INPUT FOR THIS TASK »
****************************************

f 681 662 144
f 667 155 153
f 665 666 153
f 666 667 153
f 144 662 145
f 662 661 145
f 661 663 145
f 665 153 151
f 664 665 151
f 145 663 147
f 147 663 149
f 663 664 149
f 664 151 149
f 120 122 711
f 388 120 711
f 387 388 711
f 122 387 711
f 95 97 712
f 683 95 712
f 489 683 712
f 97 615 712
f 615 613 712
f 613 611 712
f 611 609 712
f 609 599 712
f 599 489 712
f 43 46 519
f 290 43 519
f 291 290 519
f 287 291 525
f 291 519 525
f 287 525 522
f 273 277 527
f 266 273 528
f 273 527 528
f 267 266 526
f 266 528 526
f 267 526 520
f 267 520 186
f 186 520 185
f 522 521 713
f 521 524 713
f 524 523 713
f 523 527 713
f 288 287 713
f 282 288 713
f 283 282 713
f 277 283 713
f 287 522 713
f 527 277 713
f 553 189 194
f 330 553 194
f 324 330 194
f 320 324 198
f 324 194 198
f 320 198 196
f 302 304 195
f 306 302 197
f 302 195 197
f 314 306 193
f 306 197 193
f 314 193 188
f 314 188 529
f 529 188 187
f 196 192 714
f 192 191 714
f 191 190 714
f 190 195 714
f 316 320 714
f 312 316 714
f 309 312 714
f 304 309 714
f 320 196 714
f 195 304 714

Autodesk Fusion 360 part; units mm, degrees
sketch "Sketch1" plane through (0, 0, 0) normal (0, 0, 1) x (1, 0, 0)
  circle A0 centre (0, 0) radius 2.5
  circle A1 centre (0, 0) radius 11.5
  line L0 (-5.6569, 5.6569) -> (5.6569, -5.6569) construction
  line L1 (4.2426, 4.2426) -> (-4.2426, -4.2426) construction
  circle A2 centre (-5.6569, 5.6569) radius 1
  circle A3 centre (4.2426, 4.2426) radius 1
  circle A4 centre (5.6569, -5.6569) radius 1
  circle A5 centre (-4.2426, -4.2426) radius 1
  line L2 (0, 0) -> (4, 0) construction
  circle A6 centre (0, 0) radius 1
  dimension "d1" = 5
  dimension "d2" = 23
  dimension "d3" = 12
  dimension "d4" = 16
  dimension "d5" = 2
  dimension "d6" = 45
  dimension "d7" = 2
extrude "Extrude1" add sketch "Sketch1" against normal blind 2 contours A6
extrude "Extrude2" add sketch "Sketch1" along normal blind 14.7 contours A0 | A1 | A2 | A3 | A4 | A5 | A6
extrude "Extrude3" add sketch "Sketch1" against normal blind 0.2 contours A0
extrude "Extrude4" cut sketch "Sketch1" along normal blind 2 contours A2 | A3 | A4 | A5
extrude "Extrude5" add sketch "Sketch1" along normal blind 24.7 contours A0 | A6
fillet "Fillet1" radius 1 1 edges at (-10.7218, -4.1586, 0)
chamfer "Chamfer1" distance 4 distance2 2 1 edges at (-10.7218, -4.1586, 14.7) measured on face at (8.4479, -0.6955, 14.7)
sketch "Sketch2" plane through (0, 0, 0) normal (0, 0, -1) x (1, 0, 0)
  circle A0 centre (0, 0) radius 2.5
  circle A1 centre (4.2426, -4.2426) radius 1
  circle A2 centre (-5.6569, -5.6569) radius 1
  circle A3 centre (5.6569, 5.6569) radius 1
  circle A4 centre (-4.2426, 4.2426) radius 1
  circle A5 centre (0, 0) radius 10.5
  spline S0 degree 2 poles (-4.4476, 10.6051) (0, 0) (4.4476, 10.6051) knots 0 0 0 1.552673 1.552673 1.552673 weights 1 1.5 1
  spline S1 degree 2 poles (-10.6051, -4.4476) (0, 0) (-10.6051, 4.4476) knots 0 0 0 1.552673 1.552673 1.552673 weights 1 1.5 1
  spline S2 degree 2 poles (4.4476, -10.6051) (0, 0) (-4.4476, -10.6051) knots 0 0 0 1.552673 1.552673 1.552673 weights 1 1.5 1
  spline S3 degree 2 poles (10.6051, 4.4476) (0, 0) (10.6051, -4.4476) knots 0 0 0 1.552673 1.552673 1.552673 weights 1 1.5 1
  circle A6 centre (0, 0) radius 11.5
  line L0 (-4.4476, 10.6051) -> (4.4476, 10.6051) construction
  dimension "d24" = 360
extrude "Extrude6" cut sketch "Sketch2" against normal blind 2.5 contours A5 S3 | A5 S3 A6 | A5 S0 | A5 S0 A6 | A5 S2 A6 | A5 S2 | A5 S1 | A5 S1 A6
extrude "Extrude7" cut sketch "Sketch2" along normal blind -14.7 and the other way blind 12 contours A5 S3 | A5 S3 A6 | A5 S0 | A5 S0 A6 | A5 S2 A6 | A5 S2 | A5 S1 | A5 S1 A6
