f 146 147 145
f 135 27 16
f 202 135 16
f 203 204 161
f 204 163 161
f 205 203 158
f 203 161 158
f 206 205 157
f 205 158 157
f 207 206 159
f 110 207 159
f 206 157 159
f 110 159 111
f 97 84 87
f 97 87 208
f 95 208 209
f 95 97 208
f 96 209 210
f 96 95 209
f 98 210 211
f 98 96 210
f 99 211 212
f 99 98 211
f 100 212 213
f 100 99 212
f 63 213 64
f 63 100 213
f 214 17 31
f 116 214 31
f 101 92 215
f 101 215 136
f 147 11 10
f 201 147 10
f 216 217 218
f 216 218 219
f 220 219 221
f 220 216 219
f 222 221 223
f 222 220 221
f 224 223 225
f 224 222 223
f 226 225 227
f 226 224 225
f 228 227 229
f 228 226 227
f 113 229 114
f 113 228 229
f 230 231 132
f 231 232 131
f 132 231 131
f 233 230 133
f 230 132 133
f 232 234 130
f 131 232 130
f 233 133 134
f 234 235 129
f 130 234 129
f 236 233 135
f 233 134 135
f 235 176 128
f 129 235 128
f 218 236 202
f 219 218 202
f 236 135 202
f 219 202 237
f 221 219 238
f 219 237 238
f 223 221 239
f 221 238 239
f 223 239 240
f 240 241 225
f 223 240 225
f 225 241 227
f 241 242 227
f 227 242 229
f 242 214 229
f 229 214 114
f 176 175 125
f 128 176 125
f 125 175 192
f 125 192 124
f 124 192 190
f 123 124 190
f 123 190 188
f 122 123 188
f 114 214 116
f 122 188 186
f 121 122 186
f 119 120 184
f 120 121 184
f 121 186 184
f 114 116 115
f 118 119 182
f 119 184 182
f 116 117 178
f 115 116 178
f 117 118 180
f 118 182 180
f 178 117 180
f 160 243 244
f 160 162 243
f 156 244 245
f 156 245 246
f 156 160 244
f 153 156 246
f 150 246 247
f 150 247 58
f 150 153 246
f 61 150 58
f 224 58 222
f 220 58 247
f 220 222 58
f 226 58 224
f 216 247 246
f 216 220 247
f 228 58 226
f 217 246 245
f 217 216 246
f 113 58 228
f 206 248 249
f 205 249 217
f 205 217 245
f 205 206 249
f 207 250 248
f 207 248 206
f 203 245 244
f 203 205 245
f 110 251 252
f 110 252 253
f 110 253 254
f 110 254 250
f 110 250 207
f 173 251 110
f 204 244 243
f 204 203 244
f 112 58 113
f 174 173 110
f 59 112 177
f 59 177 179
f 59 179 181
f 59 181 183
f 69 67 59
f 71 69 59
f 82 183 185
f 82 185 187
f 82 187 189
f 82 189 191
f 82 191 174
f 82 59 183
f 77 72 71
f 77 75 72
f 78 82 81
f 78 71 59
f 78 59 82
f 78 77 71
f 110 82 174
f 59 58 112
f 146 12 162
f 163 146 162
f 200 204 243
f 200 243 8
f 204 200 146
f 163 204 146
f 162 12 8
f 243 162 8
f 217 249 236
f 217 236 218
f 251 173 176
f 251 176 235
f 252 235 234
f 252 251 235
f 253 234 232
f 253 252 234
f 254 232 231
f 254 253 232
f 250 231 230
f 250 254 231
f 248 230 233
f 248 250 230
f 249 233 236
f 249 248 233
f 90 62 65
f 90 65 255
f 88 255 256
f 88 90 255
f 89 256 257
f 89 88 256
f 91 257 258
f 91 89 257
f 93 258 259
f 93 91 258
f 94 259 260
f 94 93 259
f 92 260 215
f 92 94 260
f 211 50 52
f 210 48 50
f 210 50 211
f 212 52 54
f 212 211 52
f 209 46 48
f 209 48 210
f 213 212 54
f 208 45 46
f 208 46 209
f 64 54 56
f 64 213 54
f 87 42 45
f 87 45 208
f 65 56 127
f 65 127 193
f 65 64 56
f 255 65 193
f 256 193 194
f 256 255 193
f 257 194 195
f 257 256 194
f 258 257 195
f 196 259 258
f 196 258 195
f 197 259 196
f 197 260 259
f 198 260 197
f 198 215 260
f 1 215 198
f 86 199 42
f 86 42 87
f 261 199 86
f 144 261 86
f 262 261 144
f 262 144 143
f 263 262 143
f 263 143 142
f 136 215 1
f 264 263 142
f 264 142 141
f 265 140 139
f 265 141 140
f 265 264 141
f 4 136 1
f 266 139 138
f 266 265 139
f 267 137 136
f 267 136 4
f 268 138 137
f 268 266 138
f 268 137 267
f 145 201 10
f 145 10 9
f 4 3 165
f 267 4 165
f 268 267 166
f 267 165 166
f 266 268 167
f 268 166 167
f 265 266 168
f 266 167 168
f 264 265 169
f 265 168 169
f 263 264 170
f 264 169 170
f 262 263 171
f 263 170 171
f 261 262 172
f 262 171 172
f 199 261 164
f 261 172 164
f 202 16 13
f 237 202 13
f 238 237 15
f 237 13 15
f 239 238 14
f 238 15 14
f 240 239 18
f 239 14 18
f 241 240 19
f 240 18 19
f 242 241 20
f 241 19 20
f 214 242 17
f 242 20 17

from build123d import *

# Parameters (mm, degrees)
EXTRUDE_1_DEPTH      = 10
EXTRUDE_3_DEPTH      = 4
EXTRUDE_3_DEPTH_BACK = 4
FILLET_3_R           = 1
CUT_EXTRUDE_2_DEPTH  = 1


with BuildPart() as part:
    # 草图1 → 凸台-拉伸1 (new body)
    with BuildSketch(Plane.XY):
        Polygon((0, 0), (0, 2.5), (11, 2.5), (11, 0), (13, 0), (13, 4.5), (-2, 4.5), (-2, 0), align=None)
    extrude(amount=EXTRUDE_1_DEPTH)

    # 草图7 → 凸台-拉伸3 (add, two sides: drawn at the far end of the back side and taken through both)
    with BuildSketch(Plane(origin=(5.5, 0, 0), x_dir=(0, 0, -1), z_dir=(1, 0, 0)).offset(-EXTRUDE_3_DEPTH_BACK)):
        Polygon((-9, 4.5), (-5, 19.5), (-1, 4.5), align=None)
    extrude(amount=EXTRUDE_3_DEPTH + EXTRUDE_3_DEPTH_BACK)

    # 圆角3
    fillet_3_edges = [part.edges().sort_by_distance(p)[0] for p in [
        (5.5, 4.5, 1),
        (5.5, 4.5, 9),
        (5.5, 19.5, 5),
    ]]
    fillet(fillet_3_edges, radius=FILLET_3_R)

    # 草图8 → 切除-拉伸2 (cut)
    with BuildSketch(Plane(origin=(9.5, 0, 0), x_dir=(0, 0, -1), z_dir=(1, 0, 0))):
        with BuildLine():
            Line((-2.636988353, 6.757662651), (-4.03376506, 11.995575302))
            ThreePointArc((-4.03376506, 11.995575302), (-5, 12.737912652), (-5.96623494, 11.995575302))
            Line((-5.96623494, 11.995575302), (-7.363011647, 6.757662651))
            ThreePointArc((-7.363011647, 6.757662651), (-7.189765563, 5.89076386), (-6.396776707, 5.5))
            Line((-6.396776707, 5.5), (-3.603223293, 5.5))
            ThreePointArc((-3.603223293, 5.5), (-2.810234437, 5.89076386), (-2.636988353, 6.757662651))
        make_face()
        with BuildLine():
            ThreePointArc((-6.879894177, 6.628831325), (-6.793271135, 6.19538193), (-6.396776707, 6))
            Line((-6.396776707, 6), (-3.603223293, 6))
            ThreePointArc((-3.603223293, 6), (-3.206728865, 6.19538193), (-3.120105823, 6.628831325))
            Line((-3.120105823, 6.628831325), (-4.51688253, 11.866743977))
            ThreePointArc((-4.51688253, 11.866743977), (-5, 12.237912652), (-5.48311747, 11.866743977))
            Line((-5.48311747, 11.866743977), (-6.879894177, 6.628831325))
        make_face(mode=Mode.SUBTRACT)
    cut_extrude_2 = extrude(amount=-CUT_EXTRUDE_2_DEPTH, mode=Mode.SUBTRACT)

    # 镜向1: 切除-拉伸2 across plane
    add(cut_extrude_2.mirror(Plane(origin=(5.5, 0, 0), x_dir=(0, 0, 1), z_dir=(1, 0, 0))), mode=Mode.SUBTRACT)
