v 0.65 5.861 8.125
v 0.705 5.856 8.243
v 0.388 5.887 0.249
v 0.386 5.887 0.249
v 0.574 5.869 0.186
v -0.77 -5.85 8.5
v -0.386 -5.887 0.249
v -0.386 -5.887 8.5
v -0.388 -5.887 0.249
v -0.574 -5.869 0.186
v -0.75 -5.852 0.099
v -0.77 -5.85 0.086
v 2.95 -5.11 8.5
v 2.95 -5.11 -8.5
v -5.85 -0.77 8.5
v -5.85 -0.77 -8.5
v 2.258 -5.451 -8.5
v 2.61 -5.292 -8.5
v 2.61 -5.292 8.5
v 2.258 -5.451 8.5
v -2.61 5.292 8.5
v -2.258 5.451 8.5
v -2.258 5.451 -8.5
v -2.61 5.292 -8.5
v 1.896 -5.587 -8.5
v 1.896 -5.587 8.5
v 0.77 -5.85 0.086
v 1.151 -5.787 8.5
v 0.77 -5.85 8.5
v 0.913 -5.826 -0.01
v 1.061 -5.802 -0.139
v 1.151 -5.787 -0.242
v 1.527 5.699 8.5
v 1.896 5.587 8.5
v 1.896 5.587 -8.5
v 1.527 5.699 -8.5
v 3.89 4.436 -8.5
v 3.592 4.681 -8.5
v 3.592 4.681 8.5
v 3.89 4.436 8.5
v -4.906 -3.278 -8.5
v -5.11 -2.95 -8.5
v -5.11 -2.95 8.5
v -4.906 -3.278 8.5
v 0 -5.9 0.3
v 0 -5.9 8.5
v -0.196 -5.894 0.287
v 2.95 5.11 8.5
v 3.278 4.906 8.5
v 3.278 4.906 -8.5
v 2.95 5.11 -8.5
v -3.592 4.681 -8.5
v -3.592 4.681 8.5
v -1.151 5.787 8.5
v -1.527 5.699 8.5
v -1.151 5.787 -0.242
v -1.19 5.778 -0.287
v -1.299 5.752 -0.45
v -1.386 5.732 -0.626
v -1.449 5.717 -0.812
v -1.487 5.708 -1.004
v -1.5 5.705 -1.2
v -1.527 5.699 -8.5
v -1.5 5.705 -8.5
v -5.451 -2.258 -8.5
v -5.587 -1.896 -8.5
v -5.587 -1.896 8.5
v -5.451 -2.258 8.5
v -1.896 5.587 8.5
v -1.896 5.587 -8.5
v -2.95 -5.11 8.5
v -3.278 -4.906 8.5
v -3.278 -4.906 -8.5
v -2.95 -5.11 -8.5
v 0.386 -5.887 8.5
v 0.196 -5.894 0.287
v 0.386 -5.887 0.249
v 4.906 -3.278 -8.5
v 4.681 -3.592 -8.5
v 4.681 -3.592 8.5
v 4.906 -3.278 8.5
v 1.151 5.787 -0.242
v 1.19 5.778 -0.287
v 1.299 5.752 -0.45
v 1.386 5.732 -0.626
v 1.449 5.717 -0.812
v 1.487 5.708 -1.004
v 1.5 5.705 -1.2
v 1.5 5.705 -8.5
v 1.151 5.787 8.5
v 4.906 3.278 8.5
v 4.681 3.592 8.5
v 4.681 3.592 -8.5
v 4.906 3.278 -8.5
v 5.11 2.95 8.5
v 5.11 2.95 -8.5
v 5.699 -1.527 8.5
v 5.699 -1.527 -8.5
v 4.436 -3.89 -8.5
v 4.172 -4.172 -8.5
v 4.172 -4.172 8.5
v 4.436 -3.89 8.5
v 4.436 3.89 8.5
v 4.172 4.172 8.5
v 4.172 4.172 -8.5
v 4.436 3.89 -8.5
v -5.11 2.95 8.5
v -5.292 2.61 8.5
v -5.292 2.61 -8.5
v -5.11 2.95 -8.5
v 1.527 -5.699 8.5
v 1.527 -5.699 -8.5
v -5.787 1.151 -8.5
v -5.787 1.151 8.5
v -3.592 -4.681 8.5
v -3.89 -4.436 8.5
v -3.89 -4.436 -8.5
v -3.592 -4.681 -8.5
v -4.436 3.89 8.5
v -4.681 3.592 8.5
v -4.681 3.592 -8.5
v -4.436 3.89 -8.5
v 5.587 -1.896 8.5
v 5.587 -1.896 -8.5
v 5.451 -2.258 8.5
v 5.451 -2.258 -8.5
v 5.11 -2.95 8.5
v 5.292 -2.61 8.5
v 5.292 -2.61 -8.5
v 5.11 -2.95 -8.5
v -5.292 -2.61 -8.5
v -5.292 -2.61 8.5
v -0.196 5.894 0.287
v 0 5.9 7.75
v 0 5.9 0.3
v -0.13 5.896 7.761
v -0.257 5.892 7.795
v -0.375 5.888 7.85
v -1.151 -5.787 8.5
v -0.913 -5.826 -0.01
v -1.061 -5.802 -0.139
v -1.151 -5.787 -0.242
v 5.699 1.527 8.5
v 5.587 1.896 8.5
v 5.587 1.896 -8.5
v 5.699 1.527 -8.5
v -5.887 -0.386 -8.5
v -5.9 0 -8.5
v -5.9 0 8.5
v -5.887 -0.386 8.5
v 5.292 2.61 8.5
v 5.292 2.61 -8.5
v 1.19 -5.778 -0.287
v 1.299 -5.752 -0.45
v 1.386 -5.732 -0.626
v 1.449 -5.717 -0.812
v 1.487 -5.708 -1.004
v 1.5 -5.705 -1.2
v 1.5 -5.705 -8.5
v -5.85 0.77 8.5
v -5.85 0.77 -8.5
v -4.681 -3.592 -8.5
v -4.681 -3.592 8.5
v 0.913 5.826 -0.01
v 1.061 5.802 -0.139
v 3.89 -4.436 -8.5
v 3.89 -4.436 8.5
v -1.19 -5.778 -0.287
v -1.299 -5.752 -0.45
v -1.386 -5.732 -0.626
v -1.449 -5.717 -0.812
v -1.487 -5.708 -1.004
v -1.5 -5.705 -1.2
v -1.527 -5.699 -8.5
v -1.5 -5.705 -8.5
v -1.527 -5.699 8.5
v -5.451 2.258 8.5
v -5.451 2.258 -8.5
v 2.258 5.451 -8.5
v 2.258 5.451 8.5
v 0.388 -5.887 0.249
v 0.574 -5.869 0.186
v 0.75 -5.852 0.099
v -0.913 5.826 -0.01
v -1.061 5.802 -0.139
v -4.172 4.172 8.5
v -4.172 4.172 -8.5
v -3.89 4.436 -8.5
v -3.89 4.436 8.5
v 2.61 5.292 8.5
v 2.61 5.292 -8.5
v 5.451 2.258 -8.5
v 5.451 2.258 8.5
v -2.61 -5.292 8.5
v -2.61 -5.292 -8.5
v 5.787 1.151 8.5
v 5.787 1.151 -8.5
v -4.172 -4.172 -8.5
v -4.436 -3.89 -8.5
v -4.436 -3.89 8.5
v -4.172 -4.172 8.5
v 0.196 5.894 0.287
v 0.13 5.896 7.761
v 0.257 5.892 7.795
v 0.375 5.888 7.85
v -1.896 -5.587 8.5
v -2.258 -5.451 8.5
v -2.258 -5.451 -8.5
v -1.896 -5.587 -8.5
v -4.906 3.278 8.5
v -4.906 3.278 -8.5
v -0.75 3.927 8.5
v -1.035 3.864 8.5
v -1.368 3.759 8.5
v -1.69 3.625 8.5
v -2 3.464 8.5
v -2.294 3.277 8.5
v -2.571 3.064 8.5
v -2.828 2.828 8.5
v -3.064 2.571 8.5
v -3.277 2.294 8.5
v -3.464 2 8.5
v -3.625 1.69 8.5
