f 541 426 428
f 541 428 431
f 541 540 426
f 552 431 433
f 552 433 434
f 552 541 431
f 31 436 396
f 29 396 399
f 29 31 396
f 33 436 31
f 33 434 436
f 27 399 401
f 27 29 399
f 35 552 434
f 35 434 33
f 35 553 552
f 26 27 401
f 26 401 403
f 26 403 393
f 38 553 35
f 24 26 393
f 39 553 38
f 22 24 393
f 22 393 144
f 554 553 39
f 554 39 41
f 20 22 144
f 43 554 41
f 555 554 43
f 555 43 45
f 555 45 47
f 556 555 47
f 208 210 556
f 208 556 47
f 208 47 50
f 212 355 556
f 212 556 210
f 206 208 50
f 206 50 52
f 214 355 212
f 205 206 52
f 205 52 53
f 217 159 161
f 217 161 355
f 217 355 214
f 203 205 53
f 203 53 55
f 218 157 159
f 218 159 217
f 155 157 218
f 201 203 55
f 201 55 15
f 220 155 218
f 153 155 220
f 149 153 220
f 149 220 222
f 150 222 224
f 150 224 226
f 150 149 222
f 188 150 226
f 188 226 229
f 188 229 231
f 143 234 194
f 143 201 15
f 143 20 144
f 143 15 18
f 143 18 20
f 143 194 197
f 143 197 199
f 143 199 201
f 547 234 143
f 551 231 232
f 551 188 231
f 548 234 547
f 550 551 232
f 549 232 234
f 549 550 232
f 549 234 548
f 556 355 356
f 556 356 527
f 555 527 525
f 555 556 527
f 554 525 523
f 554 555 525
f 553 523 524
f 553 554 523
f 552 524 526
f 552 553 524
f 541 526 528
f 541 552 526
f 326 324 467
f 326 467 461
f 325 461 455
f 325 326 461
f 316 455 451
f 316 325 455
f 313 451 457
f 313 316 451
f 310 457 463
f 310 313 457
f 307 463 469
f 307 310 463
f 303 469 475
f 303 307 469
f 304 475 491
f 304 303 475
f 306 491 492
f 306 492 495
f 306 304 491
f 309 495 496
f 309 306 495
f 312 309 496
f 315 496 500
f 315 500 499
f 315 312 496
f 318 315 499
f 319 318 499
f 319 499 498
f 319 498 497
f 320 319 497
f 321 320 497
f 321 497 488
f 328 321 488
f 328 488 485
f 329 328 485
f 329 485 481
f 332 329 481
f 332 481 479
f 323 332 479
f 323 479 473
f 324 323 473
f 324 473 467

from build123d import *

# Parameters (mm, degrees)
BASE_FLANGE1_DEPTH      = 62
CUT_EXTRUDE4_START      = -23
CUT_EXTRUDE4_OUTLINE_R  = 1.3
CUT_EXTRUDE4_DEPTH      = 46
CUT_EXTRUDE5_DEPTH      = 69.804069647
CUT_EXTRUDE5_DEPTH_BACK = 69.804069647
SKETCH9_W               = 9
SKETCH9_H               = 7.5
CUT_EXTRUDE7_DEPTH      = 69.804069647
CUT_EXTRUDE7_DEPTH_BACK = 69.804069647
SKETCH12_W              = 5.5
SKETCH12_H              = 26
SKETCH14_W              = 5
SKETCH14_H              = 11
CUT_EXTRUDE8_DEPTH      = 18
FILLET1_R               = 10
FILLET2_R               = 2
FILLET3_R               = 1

****************************************

YOUR INSTRUCTIONS »
Once the line with "f 253 252 234" is found in the records above, print exactly that line and every line after it through the line with "f 212 52 54".

YOUR RESPONSE »
f 253 252 234
f 254 232 231
f 254 253 232
f 250 231 230
f 250 254 231
f 248 230 233
f 248 250 230
f 249 233 236
f 249 248 233
f 90 62 65
f 90 65 255
f 88 255 256
f 88 90 255
f 89 256 257
f 89 88 256
f 91 257 258
f 91 89 257
f 93 258 259
f 93 91 258
f 94 259 260
f 94 93 259
f 92 260 215
f 92 94 260
f 211 50 52
f 210 48 50
f 210 50 211
f 212 52 54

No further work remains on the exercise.